Work required =
Scan the entries below for the word "amount". Copy out every line in which it occurs.

[Collected data entries]
☆ ☆ ☆
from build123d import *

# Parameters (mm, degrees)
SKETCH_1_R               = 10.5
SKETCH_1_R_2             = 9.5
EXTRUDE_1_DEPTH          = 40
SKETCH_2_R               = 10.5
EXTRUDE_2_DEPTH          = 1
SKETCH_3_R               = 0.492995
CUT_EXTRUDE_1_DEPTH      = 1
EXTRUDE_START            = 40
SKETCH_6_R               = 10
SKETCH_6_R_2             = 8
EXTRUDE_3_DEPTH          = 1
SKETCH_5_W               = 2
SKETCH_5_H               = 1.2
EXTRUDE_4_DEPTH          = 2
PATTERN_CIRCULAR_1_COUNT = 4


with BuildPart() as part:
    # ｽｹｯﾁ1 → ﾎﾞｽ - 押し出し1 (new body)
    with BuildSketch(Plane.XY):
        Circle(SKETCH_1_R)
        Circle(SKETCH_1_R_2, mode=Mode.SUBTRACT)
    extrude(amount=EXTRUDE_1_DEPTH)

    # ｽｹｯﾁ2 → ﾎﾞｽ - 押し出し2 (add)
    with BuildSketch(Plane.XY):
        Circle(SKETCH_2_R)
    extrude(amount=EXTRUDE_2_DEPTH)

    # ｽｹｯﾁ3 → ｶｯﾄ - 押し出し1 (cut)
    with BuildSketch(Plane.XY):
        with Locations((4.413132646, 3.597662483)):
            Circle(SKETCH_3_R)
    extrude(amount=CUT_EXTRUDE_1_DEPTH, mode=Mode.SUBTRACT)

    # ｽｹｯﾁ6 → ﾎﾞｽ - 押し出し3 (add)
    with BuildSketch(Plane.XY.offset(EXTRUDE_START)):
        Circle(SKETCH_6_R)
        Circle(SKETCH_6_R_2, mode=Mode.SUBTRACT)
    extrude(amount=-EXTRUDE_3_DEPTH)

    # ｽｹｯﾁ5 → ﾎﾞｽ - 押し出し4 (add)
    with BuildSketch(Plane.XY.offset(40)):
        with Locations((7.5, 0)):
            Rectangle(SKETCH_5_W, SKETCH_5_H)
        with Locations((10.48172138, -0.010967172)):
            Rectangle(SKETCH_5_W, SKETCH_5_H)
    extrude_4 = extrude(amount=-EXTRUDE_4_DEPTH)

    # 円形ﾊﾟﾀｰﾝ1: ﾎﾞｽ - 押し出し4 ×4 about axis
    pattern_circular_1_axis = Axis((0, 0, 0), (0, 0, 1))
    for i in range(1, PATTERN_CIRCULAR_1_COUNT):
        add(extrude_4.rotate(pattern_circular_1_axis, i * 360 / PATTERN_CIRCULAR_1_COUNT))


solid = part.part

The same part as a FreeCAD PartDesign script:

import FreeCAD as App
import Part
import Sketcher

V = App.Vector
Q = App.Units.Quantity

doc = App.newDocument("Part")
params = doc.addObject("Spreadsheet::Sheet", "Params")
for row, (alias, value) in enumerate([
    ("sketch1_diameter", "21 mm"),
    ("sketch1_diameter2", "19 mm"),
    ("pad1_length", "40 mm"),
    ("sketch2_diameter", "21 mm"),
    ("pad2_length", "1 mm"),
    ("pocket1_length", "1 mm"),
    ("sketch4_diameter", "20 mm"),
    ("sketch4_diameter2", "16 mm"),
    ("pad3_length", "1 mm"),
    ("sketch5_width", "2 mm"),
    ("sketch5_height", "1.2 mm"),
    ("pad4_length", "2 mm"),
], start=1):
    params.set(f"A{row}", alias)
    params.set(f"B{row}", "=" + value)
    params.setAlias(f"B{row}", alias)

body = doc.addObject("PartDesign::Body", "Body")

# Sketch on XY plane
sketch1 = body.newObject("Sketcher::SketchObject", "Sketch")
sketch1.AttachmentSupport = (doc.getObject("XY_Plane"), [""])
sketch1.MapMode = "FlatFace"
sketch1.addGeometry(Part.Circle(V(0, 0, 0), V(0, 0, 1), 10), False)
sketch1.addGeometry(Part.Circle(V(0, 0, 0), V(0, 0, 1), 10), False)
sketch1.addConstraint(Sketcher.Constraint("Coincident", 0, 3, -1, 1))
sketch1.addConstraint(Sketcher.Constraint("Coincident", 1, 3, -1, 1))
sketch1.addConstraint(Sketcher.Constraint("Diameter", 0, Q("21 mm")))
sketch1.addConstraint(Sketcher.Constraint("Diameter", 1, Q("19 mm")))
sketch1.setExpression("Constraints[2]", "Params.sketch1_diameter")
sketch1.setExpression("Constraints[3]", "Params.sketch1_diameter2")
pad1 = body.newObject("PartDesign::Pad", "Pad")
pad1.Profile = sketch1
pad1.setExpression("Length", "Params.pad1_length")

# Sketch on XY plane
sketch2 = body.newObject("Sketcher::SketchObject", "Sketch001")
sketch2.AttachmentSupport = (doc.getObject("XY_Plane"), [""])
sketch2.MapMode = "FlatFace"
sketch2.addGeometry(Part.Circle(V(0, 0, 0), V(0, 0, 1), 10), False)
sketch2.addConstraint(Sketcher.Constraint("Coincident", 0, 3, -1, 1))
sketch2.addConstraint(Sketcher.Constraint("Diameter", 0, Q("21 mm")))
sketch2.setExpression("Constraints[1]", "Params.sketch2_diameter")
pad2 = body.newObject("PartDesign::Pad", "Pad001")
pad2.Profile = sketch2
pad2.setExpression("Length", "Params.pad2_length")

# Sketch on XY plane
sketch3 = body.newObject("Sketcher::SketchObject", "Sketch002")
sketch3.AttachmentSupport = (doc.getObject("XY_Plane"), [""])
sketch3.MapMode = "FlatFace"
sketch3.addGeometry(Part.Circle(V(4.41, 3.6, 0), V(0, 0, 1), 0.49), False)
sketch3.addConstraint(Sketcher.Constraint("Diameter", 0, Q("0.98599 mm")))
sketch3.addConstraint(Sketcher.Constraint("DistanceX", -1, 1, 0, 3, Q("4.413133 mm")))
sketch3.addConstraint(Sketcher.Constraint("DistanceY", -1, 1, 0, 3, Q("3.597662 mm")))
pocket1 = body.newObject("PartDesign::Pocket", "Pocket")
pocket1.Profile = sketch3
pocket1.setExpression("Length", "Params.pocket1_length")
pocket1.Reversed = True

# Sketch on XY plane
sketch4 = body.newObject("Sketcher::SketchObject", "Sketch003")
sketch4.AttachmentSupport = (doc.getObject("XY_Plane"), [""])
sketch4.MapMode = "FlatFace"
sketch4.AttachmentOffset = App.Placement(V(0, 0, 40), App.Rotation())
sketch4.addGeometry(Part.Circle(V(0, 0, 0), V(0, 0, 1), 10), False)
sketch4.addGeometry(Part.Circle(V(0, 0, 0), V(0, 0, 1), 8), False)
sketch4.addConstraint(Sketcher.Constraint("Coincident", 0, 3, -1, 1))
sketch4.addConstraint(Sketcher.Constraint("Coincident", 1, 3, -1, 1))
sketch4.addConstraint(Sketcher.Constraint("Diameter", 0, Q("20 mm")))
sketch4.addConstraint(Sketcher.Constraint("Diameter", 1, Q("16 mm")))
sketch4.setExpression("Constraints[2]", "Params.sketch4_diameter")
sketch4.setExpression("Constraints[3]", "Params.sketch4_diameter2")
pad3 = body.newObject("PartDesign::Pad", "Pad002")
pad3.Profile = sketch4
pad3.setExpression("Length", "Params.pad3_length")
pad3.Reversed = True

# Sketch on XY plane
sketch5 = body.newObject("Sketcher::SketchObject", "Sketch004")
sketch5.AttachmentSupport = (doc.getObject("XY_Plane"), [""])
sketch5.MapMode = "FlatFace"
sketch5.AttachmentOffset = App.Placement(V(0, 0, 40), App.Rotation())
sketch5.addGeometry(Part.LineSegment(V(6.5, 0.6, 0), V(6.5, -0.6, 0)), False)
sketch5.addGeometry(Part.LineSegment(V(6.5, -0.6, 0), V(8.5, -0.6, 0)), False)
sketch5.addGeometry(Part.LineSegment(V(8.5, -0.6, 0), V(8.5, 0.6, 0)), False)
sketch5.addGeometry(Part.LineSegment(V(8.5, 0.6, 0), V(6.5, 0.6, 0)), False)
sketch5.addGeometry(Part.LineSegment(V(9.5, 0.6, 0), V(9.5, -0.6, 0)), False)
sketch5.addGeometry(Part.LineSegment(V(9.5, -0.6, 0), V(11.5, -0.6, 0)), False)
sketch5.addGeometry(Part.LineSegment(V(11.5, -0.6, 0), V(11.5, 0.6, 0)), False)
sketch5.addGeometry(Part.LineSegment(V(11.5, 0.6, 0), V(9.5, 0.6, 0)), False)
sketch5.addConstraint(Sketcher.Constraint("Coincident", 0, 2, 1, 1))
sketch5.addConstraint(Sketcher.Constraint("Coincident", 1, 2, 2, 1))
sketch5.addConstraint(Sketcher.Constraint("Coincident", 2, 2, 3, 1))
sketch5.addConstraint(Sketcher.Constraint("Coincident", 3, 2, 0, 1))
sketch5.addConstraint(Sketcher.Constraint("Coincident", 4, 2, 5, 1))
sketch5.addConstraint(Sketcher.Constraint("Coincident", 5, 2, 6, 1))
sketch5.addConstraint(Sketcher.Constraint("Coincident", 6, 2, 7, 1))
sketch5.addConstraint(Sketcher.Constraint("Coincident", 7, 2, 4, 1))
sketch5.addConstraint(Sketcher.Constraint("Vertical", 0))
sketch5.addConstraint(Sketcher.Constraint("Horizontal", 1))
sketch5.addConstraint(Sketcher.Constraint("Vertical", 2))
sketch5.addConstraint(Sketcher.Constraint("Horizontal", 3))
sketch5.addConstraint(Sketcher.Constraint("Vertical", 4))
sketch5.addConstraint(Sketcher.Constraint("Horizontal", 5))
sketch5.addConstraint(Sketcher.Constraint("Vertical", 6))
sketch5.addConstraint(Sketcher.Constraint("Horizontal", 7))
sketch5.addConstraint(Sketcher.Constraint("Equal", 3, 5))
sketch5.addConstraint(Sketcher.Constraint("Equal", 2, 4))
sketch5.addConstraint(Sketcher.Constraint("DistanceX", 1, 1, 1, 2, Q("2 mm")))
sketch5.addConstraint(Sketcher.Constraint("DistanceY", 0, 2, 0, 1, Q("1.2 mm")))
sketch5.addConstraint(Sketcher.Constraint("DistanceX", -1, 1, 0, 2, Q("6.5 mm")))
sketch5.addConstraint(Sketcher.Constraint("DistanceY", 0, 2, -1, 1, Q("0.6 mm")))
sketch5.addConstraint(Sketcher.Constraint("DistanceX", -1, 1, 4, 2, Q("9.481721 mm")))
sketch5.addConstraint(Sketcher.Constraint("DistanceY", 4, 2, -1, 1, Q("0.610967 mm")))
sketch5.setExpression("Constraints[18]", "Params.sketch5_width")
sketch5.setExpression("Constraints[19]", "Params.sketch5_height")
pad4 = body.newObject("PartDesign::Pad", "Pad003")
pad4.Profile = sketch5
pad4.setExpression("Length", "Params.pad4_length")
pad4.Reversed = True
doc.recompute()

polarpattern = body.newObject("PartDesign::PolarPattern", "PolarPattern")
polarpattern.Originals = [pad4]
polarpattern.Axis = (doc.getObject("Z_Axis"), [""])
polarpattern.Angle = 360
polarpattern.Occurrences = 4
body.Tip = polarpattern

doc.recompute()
☆ ☆ ☆
Response below =
    extrude(amount=EXTRUDE_1_DEPTH)
    extrude(amount=EXTRUDE_2_DEPTH)
    extrude(amount=CUT_EXTRUDE_1_DEPTH, mode=Mode.SUBTRACT)
    extrude(amount=-EXTRUDE_3_DEPTH)
    extrude_4 = extrude(amount=-EXTRUDE_4_DEPTH)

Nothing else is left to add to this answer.